*** Opening of Records for the exercise ***
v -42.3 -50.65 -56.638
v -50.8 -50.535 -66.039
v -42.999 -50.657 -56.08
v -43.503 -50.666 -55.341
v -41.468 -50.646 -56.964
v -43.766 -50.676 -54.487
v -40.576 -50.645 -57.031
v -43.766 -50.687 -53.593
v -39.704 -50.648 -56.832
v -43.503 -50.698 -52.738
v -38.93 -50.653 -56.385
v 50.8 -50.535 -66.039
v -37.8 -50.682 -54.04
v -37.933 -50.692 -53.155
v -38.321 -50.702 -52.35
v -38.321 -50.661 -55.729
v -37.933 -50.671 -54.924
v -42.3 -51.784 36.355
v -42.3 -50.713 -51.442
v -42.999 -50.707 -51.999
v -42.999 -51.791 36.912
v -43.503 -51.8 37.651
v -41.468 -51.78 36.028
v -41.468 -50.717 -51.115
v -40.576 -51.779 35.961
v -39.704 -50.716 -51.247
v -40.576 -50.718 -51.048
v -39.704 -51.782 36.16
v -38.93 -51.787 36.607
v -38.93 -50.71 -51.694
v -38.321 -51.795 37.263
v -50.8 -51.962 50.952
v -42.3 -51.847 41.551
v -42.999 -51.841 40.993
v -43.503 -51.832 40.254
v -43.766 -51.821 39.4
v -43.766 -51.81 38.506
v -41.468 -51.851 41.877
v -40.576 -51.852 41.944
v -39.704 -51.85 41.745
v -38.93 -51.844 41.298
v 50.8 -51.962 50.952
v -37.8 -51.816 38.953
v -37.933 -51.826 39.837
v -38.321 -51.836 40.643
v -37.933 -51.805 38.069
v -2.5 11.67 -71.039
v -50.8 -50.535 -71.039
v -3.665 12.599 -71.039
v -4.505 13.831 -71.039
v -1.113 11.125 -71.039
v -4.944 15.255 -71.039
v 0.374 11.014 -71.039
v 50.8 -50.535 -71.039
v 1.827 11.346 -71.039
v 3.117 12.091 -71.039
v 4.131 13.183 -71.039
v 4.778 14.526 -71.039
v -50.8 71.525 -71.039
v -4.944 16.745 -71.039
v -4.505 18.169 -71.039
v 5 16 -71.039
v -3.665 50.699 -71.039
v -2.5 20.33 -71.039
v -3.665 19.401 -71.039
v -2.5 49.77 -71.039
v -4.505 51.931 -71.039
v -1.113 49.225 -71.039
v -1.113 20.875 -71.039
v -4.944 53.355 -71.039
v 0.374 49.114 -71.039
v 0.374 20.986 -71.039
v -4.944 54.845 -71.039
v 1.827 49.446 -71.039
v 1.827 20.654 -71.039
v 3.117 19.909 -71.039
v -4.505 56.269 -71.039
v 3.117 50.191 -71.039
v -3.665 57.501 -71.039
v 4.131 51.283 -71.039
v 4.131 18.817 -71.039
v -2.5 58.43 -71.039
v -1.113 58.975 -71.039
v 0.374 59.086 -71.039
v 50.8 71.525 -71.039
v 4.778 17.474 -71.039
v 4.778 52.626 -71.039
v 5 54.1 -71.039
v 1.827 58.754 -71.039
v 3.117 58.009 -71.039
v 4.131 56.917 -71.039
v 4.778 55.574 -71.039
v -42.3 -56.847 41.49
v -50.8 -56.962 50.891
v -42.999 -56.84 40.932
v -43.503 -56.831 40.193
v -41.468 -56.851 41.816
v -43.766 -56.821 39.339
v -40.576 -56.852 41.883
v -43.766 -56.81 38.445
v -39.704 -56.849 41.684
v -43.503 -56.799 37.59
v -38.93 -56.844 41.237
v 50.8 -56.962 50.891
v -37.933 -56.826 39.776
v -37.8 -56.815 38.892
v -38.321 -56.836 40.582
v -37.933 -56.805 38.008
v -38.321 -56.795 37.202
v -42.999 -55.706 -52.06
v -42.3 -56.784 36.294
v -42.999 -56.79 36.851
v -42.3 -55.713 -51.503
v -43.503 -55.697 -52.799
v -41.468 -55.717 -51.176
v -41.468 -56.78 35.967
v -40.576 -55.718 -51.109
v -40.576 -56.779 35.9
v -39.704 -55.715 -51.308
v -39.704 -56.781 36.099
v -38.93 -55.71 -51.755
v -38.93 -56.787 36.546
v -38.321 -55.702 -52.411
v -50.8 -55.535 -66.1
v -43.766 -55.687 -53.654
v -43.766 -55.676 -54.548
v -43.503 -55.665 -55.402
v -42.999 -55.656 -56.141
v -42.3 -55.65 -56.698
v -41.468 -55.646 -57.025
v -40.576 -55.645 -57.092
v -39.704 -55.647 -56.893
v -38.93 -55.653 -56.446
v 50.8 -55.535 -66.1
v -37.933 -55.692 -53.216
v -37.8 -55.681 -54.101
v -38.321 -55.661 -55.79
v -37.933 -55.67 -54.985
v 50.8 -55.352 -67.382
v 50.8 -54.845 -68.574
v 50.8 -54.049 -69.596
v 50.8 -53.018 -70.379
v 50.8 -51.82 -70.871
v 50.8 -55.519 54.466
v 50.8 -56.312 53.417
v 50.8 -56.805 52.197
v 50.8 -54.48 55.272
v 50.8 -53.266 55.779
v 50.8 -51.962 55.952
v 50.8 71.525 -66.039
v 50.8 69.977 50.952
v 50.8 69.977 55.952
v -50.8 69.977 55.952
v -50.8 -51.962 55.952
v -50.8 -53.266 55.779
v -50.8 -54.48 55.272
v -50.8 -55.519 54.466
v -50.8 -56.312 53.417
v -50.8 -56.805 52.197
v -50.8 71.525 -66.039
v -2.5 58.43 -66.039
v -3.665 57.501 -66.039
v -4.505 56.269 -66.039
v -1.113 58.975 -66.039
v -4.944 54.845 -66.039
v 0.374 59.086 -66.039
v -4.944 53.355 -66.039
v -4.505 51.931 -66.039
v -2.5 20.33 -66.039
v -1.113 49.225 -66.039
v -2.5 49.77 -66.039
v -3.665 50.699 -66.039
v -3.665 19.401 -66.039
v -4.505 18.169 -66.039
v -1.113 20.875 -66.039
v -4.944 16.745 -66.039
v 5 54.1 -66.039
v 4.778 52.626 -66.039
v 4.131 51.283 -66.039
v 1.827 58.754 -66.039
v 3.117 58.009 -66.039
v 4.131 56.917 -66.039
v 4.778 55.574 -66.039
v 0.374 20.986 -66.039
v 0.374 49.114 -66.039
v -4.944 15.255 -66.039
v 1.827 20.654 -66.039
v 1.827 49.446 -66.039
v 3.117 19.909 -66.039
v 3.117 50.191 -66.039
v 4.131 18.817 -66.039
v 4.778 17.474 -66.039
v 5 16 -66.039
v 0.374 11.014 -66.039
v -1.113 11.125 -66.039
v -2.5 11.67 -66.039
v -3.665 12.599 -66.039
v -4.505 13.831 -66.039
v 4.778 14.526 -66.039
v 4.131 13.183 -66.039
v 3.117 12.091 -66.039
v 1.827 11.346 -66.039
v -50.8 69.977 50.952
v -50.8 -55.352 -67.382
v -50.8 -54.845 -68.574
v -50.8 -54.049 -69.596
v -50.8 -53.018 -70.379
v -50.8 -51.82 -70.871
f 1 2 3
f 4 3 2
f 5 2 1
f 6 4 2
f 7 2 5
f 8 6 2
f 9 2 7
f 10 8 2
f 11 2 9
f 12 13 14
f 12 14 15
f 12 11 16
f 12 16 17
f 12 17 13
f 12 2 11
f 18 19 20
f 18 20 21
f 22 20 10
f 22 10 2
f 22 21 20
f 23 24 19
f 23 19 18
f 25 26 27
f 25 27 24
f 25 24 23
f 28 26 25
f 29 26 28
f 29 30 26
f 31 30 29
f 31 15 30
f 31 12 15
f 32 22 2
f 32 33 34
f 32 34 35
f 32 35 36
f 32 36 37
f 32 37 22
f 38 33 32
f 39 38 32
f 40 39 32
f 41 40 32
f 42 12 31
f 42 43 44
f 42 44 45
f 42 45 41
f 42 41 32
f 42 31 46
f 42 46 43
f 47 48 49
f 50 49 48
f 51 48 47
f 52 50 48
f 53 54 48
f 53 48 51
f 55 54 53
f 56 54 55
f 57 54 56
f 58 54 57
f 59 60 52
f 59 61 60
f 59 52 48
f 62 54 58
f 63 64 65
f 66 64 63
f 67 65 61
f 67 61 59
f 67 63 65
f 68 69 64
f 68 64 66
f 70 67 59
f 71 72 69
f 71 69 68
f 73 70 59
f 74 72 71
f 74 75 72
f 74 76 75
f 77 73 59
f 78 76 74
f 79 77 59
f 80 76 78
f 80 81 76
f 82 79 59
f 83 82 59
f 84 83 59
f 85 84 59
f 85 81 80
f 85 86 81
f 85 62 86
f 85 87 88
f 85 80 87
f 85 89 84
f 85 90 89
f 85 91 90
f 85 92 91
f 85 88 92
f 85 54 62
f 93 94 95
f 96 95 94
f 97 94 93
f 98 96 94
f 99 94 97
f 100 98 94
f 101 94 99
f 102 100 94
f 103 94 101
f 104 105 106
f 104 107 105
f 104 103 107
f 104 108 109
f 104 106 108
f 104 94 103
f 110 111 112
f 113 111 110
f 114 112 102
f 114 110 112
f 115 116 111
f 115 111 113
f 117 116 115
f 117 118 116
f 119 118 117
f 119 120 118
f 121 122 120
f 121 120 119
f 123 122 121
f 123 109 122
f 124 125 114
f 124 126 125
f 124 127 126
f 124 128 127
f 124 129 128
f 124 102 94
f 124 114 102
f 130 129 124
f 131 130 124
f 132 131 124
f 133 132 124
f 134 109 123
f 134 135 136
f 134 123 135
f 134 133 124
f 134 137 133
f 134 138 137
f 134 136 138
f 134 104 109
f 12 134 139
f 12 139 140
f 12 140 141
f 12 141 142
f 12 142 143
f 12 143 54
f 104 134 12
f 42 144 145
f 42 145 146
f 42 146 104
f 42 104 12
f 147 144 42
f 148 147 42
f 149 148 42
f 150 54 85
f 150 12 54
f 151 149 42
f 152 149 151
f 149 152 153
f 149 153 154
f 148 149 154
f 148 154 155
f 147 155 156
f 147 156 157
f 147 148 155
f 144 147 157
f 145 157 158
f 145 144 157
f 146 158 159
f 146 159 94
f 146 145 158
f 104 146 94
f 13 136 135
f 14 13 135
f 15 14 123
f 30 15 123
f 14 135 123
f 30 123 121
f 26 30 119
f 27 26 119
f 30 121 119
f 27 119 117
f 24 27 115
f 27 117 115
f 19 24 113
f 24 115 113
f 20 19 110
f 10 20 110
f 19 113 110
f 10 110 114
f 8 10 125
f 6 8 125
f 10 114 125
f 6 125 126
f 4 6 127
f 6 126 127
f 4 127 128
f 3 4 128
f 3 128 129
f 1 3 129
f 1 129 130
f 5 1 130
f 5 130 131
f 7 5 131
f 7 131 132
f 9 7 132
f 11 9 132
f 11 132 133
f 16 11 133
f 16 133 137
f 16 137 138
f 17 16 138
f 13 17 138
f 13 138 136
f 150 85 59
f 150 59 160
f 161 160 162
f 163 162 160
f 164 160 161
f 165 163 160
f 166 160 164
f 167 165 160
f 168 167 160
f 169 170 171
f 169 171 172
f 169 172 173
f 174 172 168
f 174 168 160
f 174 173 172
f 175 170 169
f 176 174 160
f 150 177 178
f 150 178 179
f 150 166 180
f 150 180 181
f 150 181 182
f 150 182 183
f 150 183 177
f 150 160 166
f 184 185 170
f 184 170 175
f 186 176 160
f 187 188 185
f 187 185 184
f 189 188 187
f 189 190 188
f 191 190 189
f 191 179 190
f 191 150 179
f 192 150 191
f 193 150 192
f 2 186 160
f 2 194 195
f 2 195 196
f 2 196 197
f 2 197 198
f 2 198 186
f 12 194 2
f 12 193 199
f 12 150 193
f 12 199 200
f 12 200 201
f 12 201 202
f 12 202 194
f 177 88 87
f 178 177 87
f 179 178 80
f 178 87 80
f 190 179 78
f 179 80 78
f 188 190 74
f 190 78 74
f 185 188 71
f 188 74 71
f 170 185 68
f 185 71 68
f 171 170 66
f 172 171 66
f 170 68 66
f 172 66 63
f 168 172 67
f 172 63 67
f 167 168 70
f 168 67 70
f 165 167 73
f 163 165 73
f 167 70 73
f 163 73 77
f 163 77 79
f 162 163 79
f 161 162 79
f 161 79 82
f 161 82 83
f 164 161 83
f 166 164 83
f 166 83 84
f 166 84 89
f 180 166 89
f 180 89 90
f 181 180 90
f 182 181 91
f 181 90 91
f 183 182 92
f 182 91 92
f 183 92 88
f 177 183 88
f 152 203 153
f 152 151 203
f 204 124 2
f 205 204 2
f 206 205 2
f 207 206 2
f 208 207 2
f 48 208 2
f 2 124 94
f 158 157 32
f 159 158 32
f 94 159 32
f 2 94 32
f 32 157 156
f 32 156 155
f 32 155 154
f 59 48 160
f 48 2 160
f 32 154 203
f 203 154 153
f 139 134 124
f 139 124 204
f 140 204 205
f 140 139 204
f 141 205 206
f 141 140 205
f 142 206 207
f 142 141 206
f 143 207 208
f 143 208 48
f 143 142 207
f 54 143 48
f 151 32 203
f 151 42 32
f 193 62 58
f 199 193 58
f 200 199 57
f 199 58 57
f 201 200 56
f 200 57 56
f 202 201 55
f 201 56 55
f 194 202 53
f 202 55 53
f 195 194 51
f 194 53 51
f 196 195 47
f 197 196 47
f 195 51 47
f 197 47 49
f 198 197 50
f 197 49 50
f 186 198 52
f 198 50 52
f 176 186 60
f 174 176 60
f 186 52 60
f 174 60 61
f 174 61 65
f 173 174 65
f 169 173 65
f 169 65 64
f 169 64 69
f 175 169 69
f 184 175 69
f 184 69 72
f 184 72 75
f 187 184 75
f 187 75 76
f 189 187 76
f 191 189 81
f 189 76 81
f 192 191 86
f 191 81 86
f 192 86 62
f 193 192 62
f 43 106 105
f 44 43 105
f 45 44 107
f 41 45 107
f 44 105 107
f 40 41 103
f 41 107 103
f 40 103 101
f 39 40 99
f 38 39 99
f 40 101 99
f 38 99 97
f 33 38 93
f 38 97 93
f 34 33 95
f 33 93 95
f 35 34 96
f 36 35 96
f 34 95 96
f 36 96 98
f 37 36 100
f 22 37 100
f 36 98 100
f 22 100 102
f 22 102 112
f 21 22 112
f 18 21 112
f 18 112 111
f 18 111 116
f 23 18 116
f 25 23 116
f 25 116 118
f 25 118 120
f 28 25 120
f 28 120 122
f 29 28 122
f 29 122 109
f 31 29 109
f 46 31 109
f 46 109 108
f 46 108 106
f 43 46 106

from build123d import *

# Parameters (mm, degrees)
F1_DEPTH = 50.8
F2_R     = 5
F3_DEPTH = 4.9999996097
F4_R     = 3
F5_DEPTH = 128.5401096596


with BuildPart() as f1:
    # F0 (on Right) → F1 (new body, symmetric)
    with BuildSketch(Plane.YZ):
        with BuildLine():
            Line((69.9766400008, 50.951808691), (69.9766400008, 55.9518083008))
            Line((69.9766400008, 55.9518083008), (-51.9620125118, 55.9518083008))
            ThreePointArc((-51.9620125118, 55.9518083008), (-55.5190376607, 54.4657195247), (-56.9616407497, 50.8908371368))
            Line((-56.9616407497, 50.8908371368), (-55.5349245808, -66.0997201058))
            ThreePointArc((-55.5349245808, -66.0997201058), (-54.0492075669, -69.5957740907), (-50.5352963429, -71.0387489418))
            Line((-50.5352963429, -71.0387489418), (71.525307565, -71.0387489418))
            Line((71.525307565, -71.0387489418), (71.525307565, -66.0387493321))
            Line((71.525307565, -66.0387493321), (-50.5352967284, -66.0387493321))
            Line((-50.5352967284, -66.0387493321), (-51.9620129069, 50.951808691))
            Line((-51.9620129069, 50.951808691), (69.9766400008, 50.951808691))
        make_face()
    extrude(amount=F1_DEPTH, both=True)

    # F2 (on face) → F3 (cut, through all)
    with BuildSketch(Plane(origin=(0, 0, -71.0387489418), x_dir=(1, 0, 0), z_dir=(0, 0, -1))):
        with Locations((0, -16)):
            Circle(F2_R)
        with Locations((0, -54.1)):
            Circle(F2_R)
    extrude(amount=-F3_DEPTH, mode=Mode.SUBTRACT)

    # F4 (on face) → F5 (cut, through all)
    with BuildSketch(Plane(origin=(0, -56.3326420192, -0.6869844294), x_dir=(1, 0, 0), z_dir=(0, -0.9999256476, -0.0121942328))):
        with Locations((-40.8, 39.5816567872)):
            Circle(F4_R)
        with Locations((-40.8, -53.4175996333)):
            Circle(F4_R)
    extrude(amount=-F5_DEPTH, mode=Mode.SUBTRACT)


solid = f1.part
*** Close of Records for the exercise ***
_What the task requires:_ Find "f 200 57 56" in the entries above and copy that whole line exactly, then each line after it through the line that contains "f 43 46 106".

_Answer for this exercise:_
f 200 57 56
f 202 201 55
f 201 56 55
f 194 202 53
f 202 55 53
f 195 194 51
f 194 53 51
f 196 195 47
f 197 196 47
f 195 51 47
f 197 47 49
f 198 197 50
f 197 49 50
f 186 198 52
f 198 50 52
f 176 186 60
f 174 176 60
f 186 52 60
f 174 60 61
f 174 61 65
f 173 174 65
f 169 173 65
f 169 65 64
f 169 64 69
f 175 169 69
f 184 175 69
f 184 69 72
f 184 72 75
f 187 184 75
f 187 75 76
f 189 187 76
f 191 189 81
f 189 76 81
f 192 191 86
f 191 81 86
f 192 86 62
f 193 192 62
f 43 106 105
f 44 43 105
f 45 44 107
f 41 45 107
f 44 105 107
f 40 41 103
f 41 107 103
f 40 103 101
f 39 40 99
f 38 39 99
f 40 101 99
f 38 99 97
f 33 38 93
f 38 97 93
f 34 33 95
f 33 93 95
f 35 34 96
f 36 35 96
f 34 95 96
f 36 96 98
f 37 36 100
f 22 37 100
f 36 98 100
f 22 100 102
f 22 102 112
f 21 22 112
f 18 21 112
f 18 112 111
f 18 111 116
f 23 18 116
f 25 23 116
f 25 116 118
f 25 118 120
f 28 25 120
f 28 120 122
f 29 28 122
f 29 122 109
f 31 29 109
f 46 31 109
f 46 109 108
f 46 108 106
f 43 46 106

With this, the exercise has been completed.